**Task to carry out:** For the word "Polygon", state how many lines of the records include it, with no other text.

### Data for analysis ###

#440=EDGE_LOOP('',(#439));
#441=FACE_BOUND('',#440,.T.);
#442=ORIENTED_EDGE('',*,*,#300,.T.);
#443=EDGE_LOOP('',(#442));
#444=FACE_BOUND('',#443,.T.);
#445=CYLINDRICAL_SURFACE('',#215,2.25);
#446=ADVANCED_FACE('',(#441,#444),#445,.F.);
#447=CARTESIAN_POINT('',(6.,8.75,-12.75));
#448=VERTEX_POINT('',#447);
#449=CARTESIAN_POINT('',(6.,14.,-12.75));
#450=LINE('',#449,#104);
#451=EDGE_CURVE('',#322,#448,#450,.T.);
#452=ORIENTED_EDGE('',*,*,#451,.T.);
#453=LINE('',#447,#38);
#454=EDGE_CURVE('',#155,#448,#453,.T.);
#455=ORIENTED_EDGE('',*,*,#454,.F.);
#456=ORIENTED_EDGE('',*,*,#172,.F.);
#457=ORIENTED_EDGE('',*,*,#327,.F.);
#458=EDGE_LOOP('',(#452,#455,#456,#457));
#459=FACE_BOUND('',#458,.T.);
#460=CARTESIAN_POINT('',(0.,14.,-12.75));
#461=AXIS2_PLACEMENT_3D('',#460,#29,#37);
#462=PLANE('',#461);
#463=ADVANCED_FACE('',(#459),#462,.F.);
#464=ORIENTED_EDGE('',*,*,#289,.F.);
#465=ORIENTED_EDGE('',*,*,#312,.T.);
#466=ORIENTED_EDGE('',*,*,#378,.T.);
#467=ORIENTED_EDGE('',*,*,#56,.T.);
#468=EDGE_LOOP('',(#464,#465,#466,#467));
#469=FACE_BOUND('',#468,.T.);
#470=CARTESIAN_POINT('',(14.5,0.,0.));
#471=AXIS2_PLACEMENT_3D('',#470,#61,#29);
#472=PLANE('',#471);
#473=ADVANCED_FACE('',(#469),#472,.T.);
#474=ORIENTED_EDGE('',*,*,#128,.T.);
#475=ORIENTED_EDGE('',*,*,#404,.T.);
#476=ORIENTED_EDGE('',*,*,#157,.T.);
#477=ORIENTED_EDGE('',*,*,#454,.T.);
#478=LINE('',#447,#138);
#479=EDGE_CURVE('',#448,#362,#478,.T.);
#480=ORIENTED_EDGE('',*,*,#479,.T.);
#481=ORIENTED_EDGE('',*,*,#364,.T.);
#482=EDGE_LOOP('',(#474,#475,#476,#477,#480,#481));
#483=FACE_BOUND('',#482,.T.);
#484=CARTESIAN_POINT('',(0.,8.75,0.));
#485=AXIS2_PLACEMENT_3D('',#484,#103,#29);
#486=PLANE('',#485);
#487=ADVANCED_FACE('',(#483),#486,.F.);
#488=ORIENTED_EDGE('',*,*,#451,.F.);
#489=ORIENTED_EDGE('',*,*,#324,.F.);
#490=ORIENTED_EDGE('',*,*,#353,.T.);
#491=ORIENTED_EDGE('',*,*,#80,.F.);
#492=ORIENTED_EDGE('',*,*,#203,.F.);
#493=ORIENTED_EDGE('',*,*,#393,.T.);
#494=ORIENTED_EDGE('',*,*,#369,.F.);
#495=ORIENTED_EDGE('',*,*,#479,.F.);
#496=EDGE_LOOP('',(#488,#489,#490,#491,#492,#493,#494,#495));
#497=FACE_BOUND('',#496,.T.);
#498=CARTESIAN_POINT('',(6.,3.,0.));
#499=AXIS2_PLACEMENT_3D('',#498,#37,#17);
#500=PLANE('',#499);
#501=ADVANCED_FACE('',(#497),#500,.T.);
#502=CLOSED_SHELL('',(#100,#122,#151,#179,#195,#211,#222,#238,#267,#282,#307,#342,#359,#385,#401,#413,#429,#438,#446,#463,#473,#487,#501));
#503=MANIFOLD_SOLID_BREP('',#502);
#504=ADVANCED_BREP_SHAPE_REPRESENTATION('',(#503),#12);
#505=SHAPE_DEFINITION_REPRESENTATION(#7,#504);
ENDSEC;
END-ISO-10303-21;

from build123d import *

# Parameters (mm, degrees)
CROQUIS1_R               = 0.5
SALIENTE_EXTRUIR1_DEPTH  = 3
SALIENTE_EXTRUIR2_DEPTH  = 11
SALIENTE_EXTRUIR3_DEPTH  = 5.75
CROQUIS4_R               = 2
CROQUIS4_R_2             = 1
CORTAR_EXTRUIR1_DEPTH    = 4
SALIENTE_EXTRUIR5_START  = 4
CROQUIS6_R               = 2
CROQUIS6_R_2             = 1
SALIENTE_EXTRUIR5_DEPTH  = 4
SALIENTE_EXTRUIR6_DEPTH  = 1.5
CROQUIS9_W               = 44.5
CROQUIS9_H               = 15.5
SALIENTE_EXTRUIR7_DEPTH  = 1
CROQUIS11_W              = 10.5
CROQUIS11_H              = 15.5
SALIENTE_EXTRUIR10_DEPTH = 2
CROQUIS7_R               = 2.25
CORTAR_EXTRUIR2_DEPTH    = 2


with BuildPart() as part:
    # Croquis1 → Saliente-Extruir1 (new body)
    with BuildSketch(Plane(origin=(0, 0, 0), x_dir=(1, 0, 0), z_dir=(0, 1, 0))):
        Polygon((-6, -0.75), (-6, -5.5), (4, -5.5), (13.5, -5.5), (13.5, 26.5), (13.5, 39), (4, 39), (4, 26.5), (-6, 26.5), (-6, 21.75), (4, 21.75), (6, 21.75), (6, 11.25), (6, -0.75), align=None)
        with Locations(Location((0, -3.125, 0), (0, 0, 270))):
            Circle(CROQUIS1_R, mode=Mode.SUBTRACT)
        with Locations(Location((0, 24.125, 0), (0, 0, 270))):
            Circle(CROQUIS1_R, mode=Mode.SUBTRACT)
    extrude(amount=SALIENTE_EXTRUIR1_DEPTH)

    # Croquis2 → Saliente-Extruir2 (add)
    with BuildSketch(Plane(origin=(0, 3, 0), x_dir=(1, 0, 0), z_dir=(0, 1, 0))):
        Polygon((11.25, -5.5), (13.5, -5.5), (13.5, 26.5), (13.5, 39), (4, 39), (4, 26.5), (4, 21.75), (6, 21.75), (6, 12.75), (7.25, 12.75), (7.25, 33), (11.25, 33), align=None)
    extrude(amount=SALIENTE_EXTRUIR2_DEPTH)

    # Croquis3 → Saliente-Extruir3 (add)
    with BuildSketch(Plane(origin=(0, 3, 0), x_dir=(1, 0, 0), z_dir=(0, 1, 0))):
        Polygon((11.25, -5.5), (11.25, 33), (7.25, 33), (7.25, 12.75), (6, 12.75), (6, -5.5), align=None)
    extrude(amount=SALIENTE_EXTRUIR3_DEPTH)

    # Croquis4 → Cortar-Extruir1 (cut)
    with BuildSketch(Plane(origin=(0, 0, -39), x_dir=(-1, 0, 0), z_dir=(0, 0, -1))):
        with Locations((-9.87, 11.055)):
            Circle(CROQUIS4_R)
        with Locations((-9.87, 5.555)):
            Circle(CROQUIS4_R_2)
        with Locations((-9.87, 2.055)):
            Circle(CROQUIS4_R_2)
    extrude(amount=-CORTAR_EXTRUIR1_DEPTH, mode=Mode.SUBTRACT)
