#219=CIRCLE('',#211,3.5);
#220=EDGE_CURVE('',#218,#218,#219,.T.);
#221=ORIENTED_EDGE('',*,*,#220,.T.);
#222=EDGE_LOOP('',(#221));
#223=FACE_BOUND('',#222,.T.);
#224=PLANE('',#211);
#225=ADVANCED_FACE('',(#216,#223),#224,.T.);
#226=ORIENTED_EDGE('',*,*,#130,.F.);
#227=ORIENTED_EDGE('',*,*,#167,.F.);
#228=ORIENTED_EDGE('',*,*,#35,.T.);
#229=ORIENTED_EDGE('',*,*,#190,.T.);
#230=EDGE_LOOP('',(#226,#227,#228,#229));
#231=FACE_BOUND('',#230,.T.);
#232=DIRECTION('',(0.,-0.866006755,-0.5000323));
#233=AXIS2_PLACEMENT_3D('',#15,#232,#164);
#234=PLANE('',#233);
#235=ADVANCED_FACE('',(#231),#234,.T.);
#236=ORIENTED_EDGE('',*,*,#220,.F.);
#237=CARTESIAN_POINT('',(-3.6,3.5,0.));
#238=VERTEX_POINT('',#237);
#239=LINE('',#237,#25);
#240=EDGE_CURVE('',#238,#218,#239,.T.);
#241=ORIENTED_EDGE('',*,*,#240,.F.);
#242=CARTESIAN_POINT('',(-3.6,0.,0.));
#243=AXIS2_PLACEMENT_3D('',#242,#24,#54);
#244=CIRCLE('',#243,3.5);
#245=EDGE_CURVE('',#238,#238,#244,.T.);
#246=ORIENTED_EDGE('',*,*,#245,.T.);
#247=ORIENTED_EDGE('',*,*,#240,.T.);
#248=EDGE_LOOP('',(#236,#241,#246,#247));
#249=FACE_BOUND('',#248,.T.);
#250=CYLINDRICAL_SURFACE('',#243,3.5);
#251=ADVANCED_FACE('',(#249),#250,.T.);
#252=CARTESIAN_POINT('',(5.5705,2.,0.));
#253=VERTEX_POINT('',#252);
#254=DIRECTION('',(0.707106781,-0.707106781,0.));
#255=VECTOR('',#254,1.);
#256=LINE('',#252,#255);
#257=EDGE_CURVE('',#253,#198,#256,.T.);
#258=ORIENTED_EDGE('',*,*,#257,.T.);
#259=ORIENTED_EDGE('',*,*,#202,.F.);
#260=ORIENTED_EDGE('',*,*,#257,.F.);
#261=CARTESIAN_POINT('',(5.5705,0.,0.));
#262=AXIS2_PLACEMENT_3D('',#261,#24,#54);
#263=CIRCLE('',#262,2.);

###

**Completed exercise:** 3